31. Élinor - Un pas vers la victoire

« J'ai réussi, ça y est ! »

Le front luisant de sueur, le dos en miettes d'être restée penchée durant des heures sur son ouvrage, Élinor sauta de sa chaise. Dans la précipitation, gouges, maillets et couteaux de sculpture tombèrent de l'établi en un fracas assourdissant.

« Zut ! » pesta-t-elle en se mettant à quatre pattes.

Les outils avaient roulé par terre et s'étaient éparpillés aux quatre coins de l'atelier. Il y en avait partout ! À genoux sur un sol couvert de copeaux de bois et de poussière, la jeune fille rampa tout en les entassant dans ses bras au fur et à mesure de sa progression, mais les mains tremblantes d'excitation et de fatigue, elle en faisant tomber autant qu'elle en ramassait. Si Eytan la surprenait à abîmer le matériel de son père...

« Tout va bien ? »

Surgie de nulle part, la question surprit Élinor qui, voulant se redresser, cogna sa tête sur un plan de travail.

« Aïe, je...

— Laisse-moi t'aider. »

Le visage inquiet de celui qui faisait battre son cœur apparut dans son champ de vision. Il s'accroupit à côté d'elle et ramassa les derniers outils encore au sol avant de lui prendre des mains ceux qu'elle tenait. Avec délicatesse, il les reposa dans une mallette noire qu'il rangea dans un coin, puis revint vers elle pour l'aider à se relever.

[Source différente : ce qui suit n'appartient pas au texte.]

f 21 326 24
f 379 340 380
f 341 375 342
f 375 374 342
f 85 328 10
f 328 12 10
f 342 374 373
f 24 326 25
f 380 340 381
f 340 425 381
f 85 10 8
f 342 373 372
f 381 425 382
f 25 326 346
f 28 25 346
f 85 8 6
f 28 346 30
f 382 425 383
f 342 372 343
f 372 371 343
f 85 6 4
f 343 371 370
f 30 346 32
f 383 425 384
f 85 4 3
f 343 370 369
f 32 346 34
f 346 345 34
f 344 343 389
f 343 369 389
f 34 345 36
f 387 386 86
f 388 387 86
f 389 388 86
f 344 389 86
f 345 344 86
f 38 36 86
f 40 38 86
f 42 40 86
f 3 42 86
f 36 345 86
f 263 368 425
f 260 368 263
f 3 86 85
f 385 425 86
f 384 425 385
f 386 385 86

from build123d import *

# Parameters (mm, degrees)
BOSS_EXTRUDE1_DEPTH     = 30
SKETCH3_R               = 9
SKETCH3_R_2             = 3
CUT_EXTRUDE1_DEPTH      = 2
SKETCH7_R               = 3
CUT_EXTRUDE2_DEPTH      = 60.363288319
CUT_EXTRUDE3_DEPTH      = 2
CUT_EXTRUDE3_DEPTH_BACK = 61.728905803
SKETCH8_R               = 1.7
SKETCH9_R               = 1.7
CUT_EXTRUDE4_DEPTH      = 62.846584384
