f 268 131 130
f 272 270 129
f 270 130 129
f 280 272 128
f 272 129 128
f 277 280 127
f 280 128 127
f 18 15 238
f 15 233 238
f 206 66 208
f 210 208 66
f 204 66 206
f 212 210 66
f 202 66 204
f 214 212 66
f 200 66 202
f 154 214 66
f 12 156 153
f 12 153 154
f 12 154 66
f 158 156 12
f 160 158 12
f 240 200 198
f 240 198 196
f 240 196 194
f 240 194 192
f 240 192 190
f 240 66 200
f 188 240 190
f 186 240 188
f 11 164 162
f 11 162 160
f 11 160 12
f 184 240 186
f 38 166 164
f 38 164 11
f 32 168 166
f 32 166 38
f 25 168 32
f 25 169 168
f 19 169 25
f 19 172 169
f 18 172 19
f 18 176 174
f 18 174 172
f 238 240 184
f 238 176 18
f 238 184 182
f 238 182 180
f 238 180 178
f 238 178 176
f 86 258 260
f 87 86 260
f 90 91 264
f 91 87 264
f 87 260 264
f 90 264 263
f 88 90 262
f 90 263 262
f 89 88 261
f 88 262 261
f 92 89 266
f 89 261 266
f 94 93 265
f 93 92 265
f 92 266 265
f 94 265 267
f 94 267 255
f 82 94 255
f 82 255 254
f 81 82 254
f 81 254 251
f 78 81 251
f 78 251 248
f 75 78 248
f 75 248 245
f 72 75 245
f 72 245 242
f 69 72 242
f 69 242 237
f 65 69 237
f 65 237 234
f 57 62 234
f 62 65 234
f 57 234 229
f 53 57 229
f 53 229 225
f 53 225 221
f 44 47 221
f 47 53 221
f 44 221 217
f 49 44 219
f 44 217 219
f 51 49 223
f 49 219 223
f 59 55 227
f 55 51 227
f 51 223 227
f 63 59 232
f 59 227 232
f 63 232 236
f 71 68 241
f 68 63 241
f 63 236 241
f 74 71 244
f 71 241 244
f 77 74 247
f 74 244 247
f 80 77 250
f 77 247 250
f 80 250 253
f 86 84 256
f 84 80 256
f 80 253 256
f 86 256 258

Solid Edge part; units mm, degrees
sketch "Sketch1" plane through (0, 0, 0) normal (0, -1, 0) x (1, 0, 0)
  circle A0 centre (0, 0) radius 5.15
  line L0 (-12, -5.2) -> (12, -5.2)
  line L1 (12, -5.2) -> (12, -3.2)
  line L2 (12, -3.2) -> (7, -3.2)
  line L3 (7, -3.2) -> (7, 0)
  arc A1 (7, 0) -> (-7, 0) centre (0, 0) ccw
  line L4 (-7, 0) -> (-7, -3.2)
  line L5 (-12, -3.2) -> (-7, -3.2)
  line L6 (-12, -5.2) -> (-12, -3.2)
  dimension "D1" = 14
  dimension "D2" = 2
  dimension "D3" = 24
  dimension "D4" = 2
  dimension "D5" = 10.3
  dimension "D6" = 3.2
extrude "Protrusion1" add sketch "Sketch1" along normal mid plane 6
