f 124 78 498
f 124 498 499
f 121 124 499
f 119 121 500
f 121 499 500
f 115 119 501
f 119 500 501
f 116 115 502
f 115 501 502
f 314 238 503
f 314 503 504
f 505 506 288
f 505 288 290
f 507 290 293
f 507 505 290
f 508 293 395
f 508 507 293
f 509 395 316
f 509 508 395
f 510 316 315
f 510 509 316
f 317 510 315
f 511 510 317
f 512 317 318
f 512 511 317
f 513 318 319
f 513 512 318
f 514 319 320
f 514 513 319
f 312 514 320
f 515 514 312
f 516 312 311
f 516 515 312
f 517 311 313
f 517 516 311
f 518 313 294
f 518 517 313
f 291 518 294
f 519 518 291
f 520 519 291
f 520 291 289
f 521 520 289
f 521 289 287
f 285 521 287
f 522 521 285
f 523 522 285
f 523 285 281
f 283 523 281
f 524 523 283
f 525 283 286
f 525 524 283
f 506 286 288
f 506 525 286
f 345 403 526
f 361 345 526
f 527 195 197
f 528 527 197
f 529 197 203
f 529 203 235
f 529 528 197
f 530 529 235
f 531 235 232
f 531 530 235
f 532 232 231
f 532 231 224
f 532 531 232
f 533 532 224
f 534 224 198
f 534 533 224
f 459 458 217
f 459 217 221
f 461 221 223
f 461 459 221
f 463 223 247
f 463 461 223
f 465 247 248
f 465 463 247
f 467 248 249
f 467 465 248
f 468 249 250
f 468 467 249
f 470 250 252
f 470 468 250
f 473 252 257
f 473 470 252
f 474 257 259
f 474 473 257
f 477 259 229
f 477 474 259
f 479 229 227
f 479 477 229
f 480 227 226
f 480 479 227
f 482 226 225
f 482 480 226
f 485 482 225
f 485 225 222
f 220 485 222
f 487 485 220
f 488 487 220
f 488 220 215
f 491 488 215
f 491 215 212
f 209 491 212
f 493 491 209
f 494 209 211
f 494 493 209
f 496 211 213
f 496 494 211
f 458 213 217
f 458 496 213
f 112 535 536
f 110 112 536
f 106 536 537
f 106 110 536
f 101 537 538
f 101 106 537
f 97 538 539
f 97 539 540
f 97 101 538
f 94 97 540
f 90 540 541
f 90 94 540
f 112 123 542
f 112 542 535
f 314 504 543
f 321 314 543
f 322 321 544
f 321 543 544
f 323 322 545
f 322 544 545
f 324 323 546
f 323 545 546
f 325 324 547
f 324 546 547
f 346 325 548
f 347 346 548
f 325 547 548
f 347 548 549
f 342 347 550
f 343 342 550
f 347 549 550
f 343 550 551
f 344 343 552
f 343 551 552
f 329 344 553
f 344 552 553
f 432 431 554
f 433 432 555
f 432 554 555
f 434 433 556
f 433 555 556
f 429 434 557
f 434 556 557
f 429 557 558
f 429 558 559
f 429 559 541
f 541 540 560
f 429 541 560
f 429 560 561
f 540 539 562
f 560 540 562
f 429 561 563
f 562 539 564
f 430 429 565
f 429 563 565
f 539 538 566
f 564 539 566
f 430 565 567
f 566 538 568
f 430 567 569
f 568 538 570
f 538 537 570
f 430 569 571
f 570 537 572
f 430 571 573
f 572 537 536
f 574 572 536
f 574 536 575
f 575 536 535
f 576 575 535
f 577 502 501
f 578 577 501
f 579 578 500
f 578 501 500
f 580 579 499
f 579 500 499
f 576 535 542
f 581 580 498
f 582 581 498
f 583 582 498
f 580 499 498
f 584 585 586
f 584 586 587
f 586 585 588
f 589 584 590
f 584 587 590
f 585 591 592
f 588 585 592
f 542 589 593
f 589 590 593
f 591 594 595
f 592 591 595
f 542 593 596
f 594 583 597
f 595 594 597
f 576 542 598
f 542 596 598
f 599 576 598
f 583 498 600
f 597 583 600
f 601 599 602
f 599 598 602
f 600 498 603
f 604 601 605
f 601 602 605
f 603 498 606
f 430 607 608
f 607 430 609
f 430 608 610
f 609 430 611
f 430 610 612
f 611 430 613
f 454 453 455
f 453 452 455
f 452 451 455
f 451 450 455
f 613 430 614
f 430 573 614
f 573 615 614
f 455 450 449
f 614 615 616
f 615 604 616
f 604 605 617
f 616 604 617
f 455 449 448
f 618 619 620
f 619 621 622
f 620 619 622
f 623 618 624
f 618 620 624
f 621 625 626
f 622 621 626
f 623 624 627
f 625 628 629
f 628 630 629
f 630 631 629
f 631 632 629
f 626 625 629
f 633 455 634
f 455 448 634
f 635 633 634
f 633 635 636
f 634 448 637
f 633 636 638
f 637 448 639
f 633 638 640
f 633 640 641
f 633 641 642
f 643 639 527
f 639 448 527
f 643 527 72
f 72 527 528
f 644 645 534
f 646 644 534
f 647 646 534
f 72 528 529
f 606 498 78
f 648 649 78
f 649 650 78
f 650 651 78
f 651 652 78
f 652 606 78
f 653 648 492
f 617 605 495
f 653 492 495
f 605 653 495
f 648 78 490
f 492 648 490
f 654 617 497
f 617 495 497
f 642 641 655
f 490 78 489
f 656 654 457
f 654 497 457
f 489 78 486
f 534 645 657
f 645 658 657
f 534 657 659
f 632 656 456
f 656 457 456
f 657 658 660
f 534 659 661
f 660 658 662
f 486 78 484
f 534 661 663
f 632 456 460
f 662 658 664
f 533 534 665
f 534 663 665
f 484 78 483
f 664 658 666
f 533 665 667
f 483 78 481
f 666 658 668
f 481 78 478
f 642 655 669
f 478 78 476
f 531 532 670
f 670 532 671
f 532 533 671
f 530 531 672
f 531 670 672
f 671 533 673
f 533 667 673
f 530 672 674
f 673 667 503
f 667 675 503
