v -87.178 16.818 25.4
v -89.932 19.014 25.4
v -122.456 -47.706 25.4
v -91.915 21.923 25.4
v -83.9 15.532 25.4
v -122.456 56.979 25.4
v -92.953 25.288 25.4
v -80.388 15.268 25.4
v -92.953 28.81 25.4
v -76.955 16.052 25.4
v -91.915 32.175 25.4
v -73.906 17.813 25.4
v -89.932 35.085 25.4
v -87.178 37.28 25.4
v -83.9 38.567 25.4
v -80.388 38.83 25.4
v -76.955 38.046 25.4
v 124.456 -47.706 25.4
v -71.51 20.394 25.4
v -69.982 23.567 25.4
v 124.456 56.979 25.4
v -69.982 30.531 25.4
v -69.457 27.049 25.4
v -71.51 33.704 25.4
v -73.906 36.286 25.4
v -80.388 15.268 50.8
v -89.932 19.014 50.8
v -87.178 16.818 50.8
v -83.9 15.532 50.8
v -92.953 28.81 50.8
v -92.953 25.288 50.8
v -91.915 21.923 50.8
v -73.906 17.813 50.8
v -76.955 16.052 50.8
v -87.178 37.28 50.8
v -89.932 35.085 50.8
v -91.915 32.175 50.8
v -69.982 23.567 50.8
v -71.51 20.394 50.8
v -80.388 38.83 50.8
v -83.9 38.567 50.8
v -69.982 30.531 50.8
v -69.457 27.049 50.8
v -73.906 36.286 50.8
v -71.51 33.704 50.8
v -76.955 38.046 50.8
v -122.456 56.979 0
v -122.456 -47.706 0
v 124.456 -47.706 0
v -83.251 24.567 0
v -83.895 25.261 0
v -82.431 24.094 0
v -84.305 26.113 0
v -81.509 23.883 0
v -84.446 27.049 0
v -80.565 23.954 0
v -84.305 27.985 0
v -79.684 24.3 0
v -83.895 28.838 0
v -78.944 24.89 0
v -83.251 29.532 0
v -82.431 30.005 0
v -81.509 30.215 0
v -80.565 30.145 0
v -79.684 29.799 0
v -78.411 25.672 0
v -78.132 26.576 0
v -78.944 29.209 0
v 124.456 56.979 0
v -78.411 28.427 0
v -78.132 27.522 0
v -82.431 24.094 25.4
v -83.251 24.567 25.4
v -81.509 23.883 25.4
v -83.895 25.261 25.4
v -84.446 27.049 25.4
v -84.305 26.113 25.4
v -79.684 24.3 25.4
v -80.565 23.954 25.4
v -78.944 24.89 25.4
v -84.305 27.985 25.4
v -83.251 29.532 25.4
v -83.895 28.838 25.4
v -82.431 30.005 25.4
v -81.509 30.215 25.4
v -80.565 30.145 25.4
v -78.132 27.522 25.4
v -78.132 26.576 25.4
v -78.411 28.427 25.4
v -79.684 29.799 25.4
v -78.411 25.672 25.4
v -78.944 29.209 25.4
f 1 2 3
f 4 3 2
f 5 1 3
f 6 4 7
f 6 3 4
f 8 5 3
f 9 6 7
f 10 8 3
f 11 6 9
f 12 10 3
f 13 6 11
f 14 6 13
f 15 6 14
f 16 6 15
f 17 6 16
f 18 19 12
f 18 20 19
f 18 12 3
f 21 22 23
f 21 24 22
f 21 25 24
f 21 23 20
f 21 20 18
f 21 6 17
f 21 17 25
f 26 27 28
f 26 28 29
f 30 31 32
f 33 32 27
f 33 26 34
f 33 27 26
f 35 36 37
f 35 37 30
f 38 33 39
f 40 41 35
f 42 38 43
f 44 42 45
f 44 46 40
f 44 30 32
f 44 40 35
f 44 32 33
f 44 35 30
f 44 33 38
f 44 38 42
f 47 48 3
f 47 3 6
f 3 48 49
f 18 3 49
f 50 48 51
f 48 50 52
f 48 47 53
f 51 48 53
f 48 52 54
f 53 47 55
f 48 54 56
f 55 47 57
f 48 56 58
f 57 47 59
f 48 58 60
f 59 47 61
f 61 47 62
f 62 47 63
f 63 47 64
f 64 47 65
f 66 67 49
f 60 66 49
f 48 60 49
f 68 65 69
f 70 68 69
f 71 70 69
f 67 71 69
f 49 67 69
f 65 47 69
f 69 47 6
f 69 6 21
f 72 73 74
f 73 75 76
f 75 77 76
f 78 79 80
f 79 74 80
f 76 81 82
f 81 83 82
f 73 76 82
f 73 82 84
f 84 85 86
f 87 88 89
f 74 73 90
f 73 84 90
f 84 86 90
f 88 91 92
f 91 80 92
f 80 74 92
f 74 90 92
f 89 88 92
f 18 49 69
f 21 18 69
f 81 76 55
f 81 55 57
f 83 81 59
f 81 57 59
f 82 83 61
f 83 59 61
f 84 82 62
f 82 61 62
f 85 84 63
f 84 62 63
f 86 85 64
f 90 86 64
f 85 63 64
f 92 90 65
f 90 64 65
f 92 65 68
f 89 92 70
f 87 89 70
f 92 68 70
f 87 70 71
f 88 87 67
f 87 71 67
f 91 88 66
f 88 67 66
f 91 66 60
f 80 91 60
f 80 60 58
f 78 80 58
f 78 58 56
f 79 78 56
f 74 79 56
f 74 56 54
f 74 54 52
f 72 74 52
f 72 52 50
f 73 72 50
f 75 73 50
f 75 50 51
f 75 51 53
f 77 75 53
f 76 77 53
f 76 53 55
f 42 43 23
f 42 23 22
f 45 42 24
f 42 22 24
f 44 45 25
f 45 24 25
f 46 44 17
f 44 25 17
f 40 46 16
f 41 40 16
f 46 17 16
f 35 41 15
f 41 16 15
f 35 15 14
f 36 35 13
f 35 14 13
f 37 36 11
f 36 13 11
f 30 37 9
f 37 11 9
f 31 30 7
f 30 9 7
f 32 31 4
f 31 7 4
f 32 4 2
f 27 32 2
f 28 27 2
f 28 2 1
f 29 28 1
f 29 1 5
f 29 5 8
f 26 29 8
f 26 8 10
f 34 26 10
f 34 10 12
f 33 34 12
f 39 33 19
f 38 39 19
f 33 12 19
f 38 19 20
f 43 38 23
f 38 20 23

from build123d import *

# Parameters (mm, degrees)
F0_W     = 246.912122
F0_H     = 104.684964
F1_DEPTH = 25.4
F3_D     = 6.35
F2_R     = 11.813862
F4_DEPTH = 25.4


with BuildPart() as f1:
    # F0 (on Top) → F1 (new body)
    with BuildSketch(Plane.XY):
        with Locations((0.999786, 4.636642)):
            Rectangle(F0_W, F0_H)
    extrude(amount=F1_DEPTH)

    # F3 (through all)
    with Locations(Plane.XY.offset(25.4)):
        with Locations((-81.271335, 27.049223)):
            Hole(F3_D / 2)

    # F2 (on face) → F4 (join)
    with BuildSketch(Plane.XY.offset(25.4)):
        with Locations((-81.271335, 27.049223)):
            Circle(F2_R)
    extrude(amount=F4_DEPTH)


solid = f1.part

« Tu devrais prendre une pause, tu vas finir par te blesser. »

Venant d'Eytan, cette déclaration avait de quoi alarmer n'importe qui. S'il y avait bien quelqu'un qui ne s'était pas arrêté un seul instant depuis un mois et demi, c'était lui alors le voir ainsi la mine défaite et le regard tourmenté...

« J'ai réussi ! exulta Élinor sans réussir à tenir plus longtemps sa langue. Viens voir ! »

Elle attrapa la main de son ami pour le tirer vers l'établi au fond de l'atelier.

Quand le surlendemain de la rentrée, Glenn lui avait apporté la pierre dont ils avaient besoin pour fabriquer leur artefact, les deux jeunes gens avaient cru à tort qu'ils étaient arrivés au bout de leurs peines. Oui ils avaient en leur possession ce caillou brillant à l'air certes peu banal, mais était-il magique pour autant ? Ils s'étaient creusés la tête pendant des heures, Eytan avait récité une à une toutes les formules du petit livre déniché par Élinor et la conclusion avait été sans appel : s'ils voulaient que l'artefact eût une chance de fonctionner, il leur fallait le reproduire dans son intégralité.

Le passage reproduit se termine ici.